▶ PROBLEM TO WORK ON
Find the line containing "face CYL(AX(P(25,-9,10),D(0,1,0),D(0,0,1)),10) [e76" in the entries below. Restate it and each line after it, word for word, up to and including the line containing "The same part".

---+---

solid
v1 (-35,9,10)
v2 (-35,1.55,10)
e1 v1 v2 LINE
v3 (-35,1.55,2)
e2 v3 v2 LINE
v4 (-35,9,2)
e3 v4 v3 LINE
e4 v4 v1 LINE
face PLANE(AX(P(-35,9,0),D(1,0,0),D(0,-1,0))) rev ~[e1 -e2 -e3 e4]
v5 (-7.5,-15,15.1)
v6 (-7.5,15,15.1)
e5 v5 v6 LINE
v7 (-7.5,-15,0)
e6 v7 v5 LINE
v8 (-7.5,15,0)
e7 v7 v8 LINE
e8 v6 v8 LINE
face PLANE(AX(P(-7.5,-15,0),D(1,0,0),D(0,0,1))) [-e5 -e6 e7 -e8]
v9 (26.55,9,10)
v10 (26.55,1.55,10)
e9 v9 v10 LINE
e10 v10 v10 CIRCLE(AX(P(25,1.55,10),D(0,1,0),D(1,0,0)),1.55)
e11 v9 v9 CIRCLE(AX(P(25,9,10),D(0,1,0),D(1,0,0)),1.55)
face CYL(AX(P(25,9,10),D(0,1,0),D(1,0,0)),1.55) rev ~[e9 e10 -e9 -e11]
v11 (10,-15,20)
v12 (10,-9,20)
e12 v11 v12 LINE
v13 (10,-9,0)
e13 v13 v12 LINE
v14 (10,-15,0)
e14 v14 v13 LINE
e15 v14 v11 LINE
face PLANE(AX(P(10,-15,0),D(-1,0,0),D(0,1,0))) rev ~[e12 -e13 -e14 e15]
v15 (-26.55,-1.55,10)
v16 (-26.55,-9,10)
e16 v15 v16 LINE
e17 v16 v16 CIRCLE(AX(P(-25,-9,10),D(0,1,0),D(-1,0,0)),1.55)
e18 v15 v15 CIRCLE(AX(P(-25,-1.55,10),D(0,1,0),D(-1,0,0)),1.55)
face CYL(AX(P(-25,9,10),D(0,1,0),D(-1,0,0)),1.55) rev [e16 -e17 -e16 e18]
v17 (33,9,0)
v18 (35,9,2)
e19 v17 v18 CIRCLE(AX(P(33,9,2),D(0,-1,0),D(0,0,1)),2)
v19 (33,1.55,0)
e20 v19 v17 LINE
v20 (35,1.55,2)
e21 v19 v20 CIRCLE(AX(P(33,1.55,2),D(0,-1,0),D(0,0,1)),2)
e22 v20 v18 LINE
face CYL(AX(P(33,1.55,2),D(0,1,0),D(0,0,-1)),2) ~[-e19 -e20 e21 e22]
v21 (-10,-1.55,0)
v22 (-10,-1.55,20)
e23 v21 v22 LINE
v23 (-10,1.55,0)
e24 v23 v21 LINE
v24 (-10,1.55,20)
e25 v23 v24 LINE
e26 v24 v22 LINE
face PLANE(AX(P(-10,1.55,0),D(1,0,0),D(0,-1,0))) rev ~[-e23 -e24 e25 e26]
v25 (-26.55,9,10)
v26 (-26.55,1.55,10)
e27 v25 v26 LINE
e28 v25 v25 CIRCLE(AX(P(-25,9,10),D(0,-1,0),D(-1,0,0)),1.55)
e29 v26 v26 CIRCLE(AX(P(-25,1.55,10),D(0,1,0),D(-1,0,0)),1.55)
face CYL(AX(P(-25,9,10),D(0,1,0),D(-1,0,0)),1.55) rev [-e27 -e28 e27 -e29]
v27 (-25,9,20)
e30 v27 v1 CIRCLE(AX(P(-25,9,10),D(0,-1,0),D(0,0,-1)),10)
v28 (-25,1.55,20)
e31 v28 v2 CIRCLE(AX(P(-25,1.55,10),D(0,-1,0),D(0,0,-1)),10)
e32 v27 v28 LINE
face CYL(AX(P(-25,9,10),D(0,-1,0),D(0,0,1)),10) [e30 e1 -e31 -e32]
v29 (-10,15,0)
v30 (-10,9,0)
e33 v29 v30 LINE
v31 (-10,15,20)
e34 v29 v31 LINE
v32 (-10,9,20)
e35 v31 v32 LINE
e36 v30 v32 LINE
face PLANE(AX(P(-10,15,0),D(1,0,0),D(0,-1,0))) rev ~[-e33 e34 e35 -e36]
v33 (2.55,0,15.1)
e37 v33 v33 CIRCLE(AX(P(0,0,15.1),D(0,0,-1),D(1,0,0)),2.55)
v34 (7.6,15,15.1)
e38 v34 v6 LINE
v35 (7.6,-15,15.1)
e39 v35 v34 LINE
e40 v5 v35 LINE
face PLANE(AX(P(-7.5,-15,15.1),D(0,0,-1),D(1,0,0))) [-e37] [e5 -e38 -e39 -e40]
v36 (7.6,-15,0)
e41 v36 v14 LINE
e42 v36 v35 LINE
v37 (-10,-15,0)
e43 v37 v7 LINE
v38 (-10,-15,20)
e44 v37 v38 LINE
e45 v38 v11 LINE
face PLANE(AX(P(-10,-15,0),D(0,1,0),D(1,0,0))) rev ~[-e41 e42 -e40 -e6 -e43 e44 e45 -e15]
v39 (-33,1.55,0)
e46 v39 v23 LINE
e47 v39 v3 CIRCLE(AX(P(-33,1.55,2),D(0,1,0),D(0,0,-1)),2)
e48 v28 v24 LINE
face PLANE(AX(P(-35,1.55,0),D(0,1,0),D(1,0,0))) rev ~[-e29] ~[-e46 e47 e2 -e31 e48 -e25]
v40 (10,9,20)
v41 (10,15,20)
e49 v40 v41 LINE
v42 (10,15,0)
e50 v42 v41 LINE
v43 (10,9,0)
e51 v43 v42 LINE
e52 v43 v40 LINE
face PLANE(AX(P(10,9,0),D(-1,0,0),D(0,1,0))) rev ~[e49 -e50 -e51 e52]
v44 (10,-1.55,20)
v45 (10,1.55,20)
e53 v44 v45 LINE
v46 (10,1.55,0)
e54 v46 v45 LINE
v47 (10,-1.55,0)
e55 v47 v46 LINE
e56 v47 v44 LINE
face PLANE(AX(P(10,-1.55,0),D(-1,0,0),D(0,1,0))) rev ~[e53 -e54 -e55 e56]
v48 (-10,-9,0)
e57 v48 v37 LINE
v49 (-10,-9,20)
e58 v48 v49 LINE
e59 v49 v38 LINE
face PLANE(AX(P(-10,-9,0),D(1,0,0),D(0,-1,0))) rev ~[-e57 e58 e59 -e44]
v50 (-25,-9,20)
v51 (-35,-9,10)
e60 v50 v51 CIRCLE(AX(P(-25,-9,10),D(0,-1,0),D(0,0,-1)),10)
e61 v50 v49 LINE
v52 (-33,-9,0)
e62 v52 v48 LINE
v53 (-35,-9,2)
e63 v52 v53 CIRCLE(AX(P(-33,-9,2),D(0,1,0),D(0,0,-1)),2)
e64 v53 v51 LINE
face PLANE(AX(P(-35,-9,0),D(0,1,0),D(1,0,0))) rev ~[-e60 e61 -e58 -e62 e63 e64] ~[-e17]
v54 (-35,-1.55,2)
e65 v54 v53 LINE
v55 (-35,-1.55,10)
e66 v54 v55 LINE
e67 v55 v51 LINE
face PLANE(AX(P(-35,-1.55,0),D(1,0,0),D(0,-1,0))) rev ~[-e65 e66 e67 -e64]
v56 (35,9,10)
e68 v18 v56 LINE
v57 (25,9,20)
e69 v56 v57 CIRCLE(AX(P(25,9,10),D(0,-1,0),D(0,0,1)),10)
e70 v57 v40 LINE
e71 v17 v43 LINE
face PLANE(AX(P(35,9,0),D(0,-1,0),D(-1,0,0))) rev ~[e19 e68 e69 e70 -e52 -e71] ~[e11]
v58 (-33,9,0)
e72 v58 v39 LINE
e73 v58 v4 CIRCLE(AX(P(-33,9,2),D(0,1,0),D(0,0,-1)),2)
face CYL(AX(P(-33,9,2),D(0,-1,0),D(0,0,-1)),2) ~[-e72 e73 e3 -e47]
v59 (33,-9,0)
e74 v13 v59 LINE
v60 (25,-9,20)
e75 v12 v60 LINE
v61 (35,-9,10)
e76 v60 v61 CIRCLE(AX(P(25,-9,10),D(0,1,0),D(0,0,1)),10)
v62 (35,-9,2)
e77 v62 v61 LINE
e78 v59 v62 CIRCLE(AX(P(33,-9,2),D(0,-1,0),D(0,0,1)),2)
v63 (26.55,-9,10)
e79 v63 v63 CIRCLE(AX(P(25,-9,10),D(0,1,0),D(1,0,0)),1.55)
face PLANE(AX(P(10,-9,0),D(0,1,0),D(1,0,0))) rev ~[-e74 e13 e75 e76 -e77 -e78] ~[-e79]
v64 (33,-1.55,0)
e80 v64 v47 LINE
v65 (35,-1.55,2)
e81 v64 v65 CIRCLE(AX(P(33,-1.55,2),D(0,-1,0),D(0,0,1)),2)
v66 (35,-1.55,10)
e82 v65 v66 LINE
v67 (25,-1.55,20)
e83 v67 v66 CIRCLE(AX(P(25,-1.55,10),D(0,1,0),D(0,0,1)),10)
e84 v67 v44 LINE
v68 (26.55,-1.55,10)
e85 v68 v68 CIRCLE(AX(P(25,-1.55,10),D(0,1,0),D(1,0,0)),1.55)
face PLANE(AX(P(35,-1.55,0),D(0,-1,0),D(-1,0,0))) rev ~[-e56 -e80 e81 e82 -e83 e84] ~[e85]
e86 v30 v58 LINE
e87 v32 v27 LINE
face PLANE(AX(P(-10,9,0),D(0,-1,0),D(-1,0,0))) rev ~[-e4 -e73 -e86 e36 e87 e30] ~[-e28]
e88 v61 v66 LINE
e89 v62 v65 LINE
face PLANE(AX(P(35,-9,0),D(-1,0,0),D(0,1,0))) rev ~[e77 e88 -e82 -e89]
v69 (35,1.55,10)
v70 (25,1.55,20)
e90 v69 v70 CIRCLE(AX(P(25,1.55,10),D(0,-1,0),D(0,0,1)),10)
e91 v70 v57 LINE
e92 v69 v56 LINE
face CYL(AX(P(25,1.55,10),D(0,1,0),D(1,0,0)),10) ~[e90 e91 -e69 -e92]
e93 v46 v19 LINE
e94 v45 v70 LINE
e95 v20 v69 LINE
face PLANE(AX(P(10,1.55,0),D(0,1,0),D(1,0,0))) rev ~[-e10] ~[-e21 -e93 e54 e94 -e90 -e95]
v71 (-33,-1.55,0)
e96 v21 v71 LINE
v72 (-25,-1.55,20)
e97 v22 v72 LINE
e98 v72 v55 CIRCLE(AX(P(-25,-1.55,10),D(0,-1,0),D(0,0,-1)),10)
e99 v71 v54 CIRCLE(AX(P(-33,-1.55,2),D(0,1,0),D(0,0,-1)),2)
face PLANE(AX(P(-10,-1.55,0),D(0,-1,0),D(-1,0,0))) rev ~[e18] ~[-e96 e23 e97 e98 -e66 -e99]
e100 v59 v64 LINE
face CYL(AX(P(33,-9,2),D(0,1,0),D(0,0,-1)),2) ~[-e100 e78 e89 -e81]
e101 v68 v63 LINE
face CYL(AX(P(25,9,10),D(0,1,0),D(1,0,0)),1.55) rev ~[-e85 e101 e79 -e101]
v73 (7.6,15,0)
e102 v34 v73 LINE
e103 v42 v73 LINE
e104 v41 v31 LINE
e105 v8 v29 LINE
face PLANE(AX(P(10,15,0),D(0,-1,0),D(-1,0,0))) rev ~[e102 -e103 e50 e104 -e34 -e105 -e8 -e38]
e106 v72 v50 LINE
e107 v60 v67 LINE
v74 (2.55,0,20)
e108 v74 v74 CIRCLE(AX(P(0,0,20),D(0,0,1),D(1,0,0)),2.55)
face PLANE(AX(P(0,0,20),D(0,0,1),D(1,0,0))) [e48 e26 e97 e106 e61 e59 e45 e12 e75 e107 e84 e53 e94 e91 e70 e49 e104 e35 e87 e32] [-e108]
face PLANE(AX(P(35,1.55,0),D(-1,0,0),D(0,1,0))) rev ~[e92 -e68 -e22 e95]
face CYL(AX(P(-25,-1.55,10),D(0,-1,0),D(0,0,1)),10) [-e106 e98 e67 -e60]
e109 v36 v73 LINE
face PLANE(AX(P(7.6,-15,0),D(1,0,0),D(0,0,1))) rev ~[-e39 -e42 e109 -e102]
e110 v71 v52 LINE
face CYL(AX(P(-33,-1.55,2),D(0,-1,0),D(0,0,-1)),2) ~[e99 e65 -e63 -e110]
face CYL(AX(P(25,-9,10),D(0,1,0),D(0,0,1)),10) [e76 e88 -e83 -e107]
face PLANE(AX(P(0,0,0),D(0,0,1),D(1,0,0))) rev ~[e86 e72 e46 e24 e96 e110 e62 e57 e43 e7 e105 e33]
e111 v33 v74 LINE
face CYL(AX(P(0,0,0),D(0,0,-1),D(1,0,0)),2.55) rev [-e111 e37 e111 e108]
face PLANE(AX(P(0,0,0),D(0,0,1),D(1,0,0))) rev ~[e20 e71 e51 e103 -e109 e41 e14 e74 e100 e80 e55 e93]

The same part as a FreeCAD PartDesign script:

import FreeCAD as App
import Part
import Sketcher

V = App.Vector


def edges_at(feature, points):
    """Names of the edges that pass closest to the given points."""
    edges = feature.Shape.Edges
    near = lambda p: min(range(len(edges)), key=lambda i: edges[i].distToShape(Part.Vertex(*p))[0])
    return sorted({f"Edge{near(p) + 1}" for p in points})


def add_polygon(sketch, points):
    """Adds a closed chain of lines whose ends are joined by coincident constraints."""
    first, n = sketch.GeometryCount, len(points)
    for a, b in zip(points, points[1:] + points[:1]):
        sketch.addGeometry(Part.LineSegment(App.Vector(*a, 0), App.Vector(*b, 0)), False)
    for i in range(n):
        sketch.addConstraint(Sketcher.Constraint("Coincident", first + i, 2, first + (i + 1) % n, 1))

doc = App.newDocument("Part")
params = doc.addObject("Spreadsheet::Sheet", "Params")
for row, (alias, value) in enumerate([
    ("sketch1_diameter", "5.1 mm"),
    ("sketch1_width", "20 mm"),
    ("sketch1_width2", "25 mm"),
    ("sketch1_height", "6 mm"),
    ("sketch1_height2", "3.1 mm"),
    ("pad1_length", "20 mm"),
    ("sketch2_width", "15.1 mm"),
    ("sketch3_diameter", "3.1 mm"),
    ("pocket2_length", "100 mm"),
    ("fillet_radius", "2 mm"),
    ("fillet2_radius", "10 mm"),
], start=1):
    params.set(f"A{row}", alias)
    params.set(f"B{row}", "=" + value)
    params.setAlias(f"B{row}", alias)

body = doc.addObject("PartDesign::Body", "Body")

# Sketch on XY plane
sketch1 = body.newObject("Sketcher::SketchObject", "Sketch")
sketch1.AttachmentSupport = (doc.getObject("XY_Plane"), [""])
sketch1.MapMode = "FlatFace"
add_polygon(sketch1, [(10, 9), (10, 15), (-10, 15), (-10, 9), (-35, 9), (-35, 1.55), (-10, 1.55), (-10, -1.55), (-35, -1.55), (-35, -9), (-10, -9), (-10, -15), (10, -15), (10, -9), (35, -9), (35, -1.55), (10, -1.55), (10, 1.55), (35, 1.55), (35, 9)])  # lines 0-19
sketch1.addGeometry(Part.Circle(V(0, 0, 0), V(0, 0, 1), 2.55), False)  # 20
sketch1.addConstraint(Sketcher.Constraint("Vertical", 0))
sketch1.addConstraint(Sketcher.Constraint("Horizontal", 1))
sketch1.addConstraint(Sketcher.Constraint("Vertical", 2))
sketch1.addConstraint(Sketcher.Constraint("Horizontal", 3))
sketch1.addConstraint(Sketcher.Constraint("Vertical", 4))
sketch1.addConstraint(Sketcher.Constraint("Horizontal", 5))
sketch1.addConstraint(Sketcher.Constraint("Vertical", 6))
sketch1.addConstraint(Sketcher.Constraint("Horizontal", 7))
sketch1.addConstraint(Sketcher.Constraint("Vertical", 8))
sketch1.addConstraint(Sketcher.Constraint("Horizontal", 9))
sketch1.addConstraint(Sketcher.Constraint("Vertical", 10))
sketch1.addConstraint(Sketcher.Constraint("Horizontal", 11))
sketch1.addConstraint(Sketcher.Constraint("Vertical", 12))
sketch1.addConstraint(Sketcher.Constraint("Horizontal", 13))
sketch1.addConstraint(Sketcher.Constraint("Vertical", 14))
sketch1.addConstraint(Sketcher.Constraint("Horizontal", 15))
sketch1.addConstraint(Sketcher.Constraint("Vertical", 16))
sketch1.addConstraint(Sketcher.Constraint("Horizontal", 17))
sketch1.addConstraint(Sketcher.Constraint("Vertical", 18))
sketch1.addConstraint(Sketcher.Constraint("Horizontal", 19))
sketch1.addConstraint(Sketcher.Constraint("Coincident", 20, 3, -1, 1))
sketch1.addConstraint(Sketcher.Constraint("Symmetric", 0, 2, 10, 2, -1, 1))
sketch1.addConstraint(Sketcher.Constraint("Symmetric", 2, 2, 12, 2, -1, 1))
sketch1.addConstraint(Sketcher.Constraint("Symmetric", 4, 2, 14, 2, -1, 1))
sketch1.addConstraint(Sketcher.Constraint("Symmetric", 6, 2, 16, 2, -1, 1))
sketch1.addConstraint(Sketcher.Constraint("Symmetric", 8, 2, 18, 2, -1, 1))
sketch1.addConstraint(Sketcher.Constraint("Symmetric", 9, 2, 12, 2, -2))
sketch1.addConstraint(Sketcher.Constraint("Symmetric", 7, 2, 14, 2, -2))
sketch1.addConstraint(Sketcher.Constraint("Vertical", 2, 2, 5, 2))
sketch1.addConstraint(Sketcher.Constraint("Diameter", 20, 5.1))
sketch1.addConstraint(Sketcher.Constraint("DistanceX", 1, 2, 1, 1, 20.0))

---+---

▶ TASK RESULT
face CYL(AX(P(25,-9,10),D(0,1,0),D(0,0,1)),10) [e76 e88 -e83 -e107]
face PLANE(AX(P(0,0,0),D(0,0,1),D(1,0,0))) rev ~[e86 e72 e46 e24 e96 e110 e62 e57 e43 e7 e105 e33]
e111 v33 v74 LINE
face CYL(AX(P(0,0,0),D(0,0,-1),D(1,0,0)),2.55) rev [-e111 e37 e111 e108]
face PLANE(AX(P(0,0,0),D(0,0,1),D(1,0,0))) rev ~[e20 e71 e51 e103 -e109 e41 e14 e74 e100 e80 e55 e93]

The same part as a FreeCAD PartDesign script:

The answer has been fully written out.